*EXERCISE DETAILS*: Return the following from the records below: each line, word for word, starting with the line that contains "f 148 371 379" and going on through the line that contains "f 154 410 411", with nothing outside that range.

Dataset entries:
:::::

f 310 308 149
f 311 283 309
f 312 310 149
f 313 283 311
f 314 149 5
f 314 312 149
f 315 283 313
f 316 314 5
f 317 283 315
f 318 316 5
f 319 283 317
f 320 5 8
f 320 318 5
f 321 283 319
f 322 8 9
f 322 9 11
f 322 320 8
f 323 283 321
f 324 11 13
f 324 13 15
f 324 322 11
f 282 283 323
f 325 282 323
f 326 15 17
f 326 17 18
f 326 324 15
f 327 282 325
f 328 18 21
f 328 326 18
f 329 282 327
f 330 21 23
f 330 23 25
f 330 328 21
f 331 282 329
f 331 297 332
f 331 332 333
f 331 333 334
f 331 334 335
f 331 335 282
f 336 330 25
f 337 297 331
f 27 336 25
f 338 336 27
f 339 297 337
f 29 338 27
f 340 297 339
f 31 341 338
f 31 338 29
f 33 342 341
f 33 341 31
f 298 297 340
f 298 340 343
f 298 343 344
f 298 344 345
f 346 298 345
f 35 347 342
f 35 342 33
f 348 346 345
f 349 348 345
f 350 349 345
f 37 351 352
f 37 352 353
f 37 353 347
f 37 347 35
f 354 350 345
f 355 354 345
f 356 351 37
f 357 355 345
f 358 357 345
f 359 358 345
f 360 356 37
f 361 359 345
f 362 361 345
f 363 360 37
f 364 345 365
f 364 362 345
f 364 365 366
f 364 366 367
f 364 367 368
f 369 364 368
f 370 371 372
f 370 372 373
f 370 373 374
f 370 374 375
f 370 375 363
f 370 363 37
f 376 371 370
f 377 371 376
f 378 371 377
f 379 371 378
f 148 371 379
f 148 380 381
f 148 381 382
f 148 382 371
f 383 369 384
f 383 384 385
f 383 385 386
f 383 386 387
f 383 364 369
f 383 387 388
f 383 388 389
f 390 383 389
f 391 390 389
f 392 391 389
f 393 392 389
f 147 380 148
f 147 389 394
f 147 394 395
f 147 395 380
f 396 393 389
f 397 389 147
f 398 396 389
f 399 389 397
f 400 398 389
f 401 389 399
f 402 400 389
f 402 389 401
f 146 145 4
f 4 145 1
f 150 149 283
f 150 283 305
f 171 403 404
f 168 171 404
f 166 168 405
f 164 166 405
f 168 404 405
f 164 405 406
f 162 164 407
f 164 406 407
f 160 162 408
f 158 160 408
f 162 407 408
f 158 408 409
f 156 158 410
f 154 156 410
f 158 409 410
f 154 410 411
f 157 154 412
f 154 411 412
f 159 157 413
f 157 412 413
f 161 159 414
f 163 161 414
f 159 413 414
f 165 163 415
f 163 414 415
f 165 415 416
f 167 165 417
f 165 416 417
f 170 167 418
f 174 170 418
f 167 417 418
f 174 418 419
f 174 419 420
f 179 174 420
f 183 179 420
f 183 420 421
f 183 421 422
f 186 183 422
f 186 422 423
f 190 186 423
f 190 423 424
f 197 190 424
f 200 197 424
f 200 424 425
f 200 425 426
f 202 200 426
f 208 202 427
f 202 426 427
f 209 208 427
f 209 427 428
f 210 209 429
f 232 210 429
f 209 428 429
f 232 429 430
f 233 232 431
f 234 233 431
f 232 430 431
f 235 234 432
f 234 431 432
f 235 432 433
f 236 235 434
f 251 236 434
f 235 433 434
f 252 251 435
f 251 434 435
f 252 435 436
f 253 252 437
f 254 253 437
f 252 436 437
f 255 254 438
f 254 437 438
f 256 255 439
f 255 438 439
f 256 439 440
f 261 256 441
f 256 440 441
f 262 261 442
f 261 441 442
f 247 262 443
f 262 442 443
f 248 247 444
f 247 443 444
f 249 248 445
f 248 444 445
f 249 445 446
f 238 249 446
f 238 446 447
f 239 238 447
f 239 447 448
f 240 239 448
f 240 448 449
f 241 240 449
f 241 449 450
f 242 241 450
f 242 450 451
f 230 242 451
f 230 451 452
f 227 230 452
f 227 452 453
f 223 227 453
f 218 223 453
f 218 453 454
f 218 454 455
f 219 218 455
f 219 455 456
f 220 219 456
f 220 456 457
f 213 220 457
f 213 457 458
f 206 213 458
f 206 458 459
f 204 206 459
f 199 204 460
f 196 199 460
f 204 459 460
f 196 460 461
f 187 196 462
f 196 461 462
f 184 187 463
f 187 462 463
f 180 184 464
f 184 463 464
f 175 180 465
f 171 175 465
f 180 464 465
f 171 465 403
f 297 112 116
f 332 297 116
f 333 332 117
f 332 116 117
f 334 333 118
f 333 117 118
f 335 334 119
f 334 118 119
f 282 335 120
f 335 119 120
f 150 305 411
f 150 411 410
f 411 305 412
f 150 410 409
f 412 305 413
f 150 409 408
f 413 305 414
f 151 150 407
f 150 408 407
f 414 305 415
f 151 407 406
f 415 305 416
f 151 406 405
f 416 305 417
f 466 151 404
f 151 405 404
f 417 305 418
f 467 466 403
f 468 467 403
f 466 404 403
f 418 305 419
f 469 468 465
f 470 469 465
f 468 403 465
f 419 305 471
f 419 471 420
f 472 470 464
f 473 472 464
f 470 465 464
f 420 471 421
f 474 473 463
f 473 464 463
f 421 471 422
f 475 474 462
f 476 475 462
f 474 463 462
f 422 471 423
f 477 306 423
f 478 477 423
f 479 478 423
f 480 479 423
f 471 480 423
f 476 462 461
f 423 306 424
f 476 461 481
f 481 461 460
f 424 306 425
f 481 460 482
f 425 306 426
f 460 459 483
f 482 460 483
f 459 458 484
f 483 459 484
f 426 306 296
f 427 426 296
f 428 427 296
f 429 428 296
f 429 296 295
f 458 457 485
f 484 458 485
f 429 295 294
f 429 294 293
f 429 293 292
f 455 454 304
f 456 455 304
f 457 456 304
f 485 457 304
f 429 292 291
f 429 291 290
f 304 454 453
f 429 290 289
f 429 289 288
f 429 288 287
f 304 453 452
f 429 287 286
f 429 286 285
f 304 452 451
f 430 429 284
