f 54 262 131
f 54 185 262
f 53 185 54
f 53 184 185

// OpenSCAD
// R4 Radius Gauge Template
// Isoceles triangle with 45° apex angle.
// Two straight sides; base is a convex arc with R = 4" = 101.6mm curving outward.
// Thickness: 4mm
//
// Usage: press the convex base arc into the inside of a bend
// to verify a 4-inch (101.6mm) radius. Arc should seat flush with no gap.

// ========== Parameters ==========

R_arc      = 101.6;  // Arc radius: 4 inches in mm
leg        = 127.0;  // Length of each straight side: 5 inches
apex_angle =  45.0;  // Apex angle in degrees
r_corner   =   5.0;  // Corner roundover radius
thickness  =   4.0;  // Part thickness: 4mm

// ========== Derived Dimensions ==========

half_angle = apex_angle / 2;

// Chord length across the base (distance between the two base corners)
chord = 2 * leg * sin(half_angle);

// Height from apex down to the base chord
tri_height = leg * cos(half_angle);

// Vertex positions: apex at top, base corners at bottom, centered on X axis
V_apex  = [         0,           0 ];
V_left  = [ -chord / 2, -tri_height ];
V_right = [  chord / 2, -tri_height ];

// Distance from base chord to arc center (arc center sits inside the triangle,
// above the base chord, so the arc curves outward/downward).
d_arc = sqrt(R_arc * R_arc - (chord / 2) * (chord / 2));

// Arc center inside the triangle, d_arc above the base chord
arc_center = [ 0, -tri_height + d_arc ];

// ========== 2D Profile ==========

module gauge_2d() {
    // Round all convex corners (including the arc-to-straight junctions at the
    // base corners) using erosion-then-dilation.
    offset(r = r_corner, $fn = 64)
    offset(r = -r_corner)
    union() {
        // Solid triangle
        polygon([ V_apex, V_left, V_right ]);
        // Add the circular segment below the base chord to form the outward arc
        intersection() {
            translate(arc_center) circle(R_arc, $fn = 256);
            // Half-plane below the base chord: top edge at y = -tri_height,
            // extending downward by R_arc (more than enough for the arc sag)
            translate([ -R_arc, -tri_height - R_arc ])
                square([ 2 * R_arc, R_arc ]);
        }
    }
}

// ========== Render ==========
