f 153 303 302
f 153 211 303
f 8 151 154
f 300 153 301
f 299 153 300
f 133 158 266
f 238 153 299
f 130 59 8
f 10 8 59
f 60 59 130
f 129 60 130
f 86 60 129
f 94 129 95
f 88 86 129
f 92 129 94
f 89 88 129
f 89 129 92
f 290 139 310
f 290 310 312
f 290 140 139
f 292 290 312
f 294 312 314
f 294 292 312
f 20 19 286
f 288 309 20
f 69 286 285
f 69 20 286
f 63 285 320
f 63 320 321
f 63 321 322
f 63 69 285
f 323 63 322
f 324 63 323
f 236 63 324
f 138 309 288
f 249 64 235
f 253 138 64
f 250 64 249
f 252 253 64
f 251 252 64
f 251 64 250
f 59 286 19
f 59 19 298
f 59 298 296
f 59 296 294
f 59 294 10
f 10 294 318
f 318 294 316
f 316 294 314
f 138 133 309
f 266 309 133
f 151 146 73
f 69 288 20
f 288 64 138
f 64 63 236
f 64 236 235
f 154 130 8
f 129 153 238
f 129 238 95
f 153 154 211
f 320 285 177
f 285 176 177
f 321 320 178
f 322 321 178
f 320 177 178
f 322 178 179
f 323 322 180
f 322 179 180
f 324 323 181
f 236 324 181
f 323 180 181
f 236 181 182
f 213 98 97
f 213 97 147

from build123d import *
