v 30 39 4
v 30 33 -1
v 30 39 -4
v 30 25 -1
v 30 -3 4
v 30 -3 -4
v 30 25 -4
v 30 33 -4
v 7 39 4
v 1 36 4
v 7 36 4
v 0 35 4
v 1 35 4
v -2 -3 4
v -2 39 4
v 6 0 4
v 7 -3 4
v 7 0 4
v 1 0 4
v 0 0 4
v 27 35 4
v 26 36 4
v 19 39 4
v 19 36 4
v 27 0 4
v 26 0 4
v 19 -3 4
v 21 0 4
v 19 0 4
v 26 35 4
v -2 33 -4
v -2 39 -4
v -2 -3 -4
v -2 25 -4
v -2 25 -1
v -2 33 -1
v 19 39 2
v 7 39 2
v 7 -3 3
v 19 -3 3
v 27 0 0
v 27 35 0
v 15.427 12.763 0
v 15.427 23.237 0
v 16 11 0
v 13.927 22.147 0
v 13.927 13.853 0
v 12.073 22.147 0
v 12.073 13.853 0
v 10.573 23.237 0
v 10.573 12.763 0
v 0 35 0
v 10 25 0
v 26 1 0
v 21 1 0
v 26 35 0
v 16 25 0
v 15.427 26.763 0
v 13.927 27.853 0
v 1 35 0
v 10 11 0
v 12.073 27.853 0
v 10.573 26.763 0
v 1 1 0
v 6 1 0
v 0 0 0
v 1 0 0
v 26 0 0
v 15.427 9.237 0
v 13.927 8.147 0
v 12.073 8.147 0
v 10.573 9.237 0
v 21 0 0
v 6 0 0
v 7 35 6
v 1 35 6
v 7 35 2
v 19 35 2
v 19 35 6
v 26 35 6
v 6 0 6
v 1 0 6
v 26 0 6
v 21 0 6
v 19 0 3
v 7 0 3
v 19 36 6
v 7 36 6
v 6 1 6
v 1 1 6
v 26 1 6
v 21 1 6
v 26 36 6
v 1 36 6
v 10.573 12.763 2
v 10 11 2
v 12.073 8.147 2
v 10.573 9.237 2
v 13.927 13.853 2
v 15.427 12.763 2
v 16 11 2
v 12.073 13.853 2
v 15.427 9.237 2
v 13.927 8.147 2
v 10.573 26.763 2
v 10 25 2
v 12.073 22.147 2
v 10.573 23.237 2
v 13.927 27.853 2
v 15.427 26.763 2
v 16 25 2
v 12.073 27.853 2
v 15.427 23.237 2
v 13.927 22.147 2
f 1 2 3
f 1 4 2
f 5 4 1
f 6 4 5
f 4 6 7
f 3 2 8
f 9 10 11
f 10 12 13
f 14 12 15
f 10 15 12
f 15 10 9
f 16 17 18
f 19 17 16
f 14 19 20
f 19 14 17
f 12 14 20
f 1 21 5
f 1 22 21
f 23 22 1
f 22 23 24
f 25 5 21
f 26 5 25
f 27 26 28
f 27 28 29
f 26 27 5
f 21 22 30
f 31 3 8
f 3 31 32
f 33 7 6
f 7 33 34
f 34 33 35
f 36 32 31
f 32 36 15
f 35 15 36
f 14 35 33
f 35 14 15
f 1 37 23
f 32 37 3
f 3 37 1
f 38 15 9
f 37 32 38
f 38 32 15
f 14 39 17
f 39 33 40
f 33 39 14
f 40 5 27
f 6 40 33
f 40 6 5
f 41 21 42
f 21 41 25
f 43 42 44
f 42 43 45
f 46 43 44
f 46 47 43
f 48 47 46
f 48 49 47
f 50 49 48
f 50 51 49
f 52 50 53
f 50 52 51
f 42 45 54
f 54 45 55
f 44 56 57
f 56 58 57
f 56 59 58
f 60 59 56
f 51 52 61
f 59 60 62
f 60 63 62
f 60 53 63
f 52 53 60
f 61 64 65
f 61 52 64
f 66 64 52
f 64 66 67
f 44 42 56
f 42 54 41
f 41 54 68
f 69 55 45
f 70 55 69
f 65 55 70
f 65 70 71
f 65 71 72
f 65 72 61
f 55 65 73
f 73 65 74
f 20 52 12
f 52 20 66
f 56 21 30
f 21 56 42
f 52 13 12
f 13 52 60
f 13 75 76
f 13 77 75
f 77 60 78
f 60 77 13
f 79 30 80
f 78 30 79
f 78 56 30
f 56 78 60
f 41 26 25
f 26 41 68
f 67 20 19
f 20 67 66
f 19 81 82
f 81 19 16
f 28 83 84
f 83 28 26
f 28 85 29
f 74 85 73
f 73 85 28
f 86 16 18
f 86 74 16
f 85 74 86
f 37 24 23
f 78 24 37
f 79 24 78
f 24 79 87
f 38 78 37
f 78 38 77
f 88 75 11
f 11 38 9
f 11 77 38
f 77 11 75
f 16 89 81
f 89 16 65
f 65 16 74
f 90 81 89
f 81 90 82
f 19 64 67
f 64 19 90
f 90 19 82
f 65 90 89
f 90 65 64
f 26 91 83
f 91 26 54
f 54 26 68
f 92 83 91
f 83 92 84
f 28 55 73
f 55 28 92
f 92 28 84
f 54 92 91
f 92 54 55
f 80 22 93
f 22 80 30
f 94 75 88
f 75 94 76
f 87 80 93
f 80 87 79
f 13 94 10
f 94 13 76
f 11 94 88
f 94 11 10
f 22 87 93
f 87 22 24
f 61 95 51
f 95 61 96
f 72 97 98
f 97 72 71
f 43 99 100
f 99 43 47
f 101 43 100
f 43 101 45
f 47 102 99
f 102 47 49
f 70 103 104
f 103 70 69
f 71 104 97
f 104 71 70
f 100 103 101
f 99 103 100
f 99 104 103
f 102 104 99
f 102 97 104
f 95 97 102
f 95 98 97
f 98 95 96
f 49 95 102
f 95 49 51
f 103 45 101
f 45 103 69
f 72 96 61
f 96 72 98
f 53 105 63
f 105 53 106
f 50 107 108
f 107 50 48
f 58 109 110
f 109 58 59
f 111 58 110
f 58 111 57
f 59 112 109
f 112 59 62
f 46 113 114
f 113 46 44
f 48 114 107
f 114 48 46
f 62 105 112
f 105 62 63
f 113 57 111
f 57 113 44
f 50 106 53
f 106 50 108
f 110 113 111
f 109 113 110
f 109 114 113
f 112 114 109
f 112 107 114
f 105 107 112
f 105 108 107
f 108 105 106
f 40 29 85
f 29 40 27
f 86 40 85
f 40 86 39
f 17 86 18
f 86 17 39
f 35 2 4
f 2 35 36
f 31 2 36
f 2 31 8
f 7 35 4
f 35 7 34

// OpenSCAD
// Shell!
outerX = 42;
outerY = 32;
outerZ = 28;

// BUTTON!
buttonRadius = 7;
buttonOffsetX = 16;

// Wall!
wallSize = 2;

// Ziptie
zipTieSize = 8;
zipTieOffset = 13;

// parts
drawHead = false;
drawTinyHead = false;
drawFoot = true;

if (drawHead) {
  
  translate([30, -3, 10])
    rotate([0, 0, 90])  
  union() {
    difference(){
      cube([outerX, outerY, outerZ]);
      
      // Hollow out
      union() {
        translate([0,0,-7]);
        innerCube(outerX, outerY, outerZ, wallSize);
      }
      
      // USB hole!
      for (i=[3:9]){
        translate([-1, 11-i/2, 9-i])    
          cube([5, 10+i, 1]);
      }
      
      // Button!
      translate([buttonOffsetX + buttonRadius/2, outerY / 2, outerZ - (wallSize * 3)])
        cylinder(r1=buttonRadius+1, r2=buttonRadius-1, h=wallSize * 4);
      
      // Ziptie!
      translate([outerX - zipTieOffset, -1, outerZ - wallSize])
        cube([zipTieSize, outerY + 2, wallSize * 2]);
    }


    // keep pins
    translate([outerX - 9, outerY / 2 - 6, 8]) 
      cube([5, 12, outerZ - 11]);
    translate([1, outerY / 2 - 6, 15]) 
      cube([5, 12, outerZ - 16]);
  }
}

if (drawTinyHead) {
  
  translate([30, -3, 10])
    rotate([0, 0, 90])  
  union() {
    difference(){
      cube([outerX, outerY, outerZ -17]);
      
      // Hollow out
      union() {
        translate([0,0,-7]);
        innerCube(outerX, outerY, outerZ - 17, wallSize);
      }
      
      // USB hole!
      for (i=[3:9]){
        translate([-1, 11-i/2, 9-i])    
          cube([5, 10+i, 1]);
      }
      
      // Ziptie!
      translate([outerX - zipTieOffset, -1, outerZ - wallSize - 17])
        cube([zipTieSize, outerY + 2, wallSize * 2]);
    }
  }
}

// NOTE: places cube 1 unit lower about Z for clean differences.
module innerCube(x, y, z, wallSize) {  
  translate([wallSize, wallSize, -1])
    cube([x - (wallSize * 2), y - (wallSize * 2), z - (wallSize * 2) + 1]);
}

if (drawFoot){
  difference(){
    union(){ 
      difference() {
        union() {
          translate([-2, -3, -4])
            cube([32, 42, 8]);         
        }
        cube([27, 35, 16]);
          
        // Cord slot
        translate([7, 20, 2])
            cube([12, 50, 6]);    
      }
      difference() {
        union(){
          // flaps
          union(){ 
          translate([1, 0, -4])
              cube([5, 1, 10]);
          translate([21, 0, -4])
              cube([5, 1, 10]);
          }
          translate([1, 35, -4])
              cube([25, 1, 10]);
        }
        // Cord slot
        translate([7, 20, 2])
            cube([12, 50, 6]);   
        
 
      }

      //
      translate([13, 11, -1])
            cylinder(d1=6, d2=6, h=3);
      
      translate([13, 25, -1])
            cylinder(d1=6, d2=6, h=3);
    }
    
    // USB slot
    translate([7, -20, 3])
        cube([12, 21, 6]);  
    
    // Ziptie!
    translate([-2, 38 - zipTieOffset, -2 - wallSize*2])
      cube([outerX + 3, zipTieSize, 1+ (wallSize * 2)]);
  }
}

:::::

*RESULT OF THE EXERCISE*:
f 148 371 379
f 148 380 381
f 148 381 382
f 148 382 371
f 383 369 384
f 383 384 385
f 383 385 386
f 383 386 387
f 383 364 369
f 383 387 388
f 383 388 389
f 390 383 389
f 391 390 389
f 392 391 389
f 393 392 389
f 147 380 148
f 147 389 394
f 147 394 395
f 147 395 380
f 396 393 389
f 397 389 147
f 398 396 389
f 399 389 397
f 400 398 389
f 401 389 399
f 402 400 389
f 402 389 401
f 146 145 4
f 4 145 1
f 150 149 283
f 150 283 305
f 171 403 404
f 168 171 404
f 166 168 405
f 164 166 405
f 168 404 405
f 164 405 406
f 162 164 407
f 164 406 407
f 160 162 408
f 158 160 408
f 162 407 408
f 158 408 409
f 156 158 410
f 154 156 410
f 158 409 410
f 154 410 411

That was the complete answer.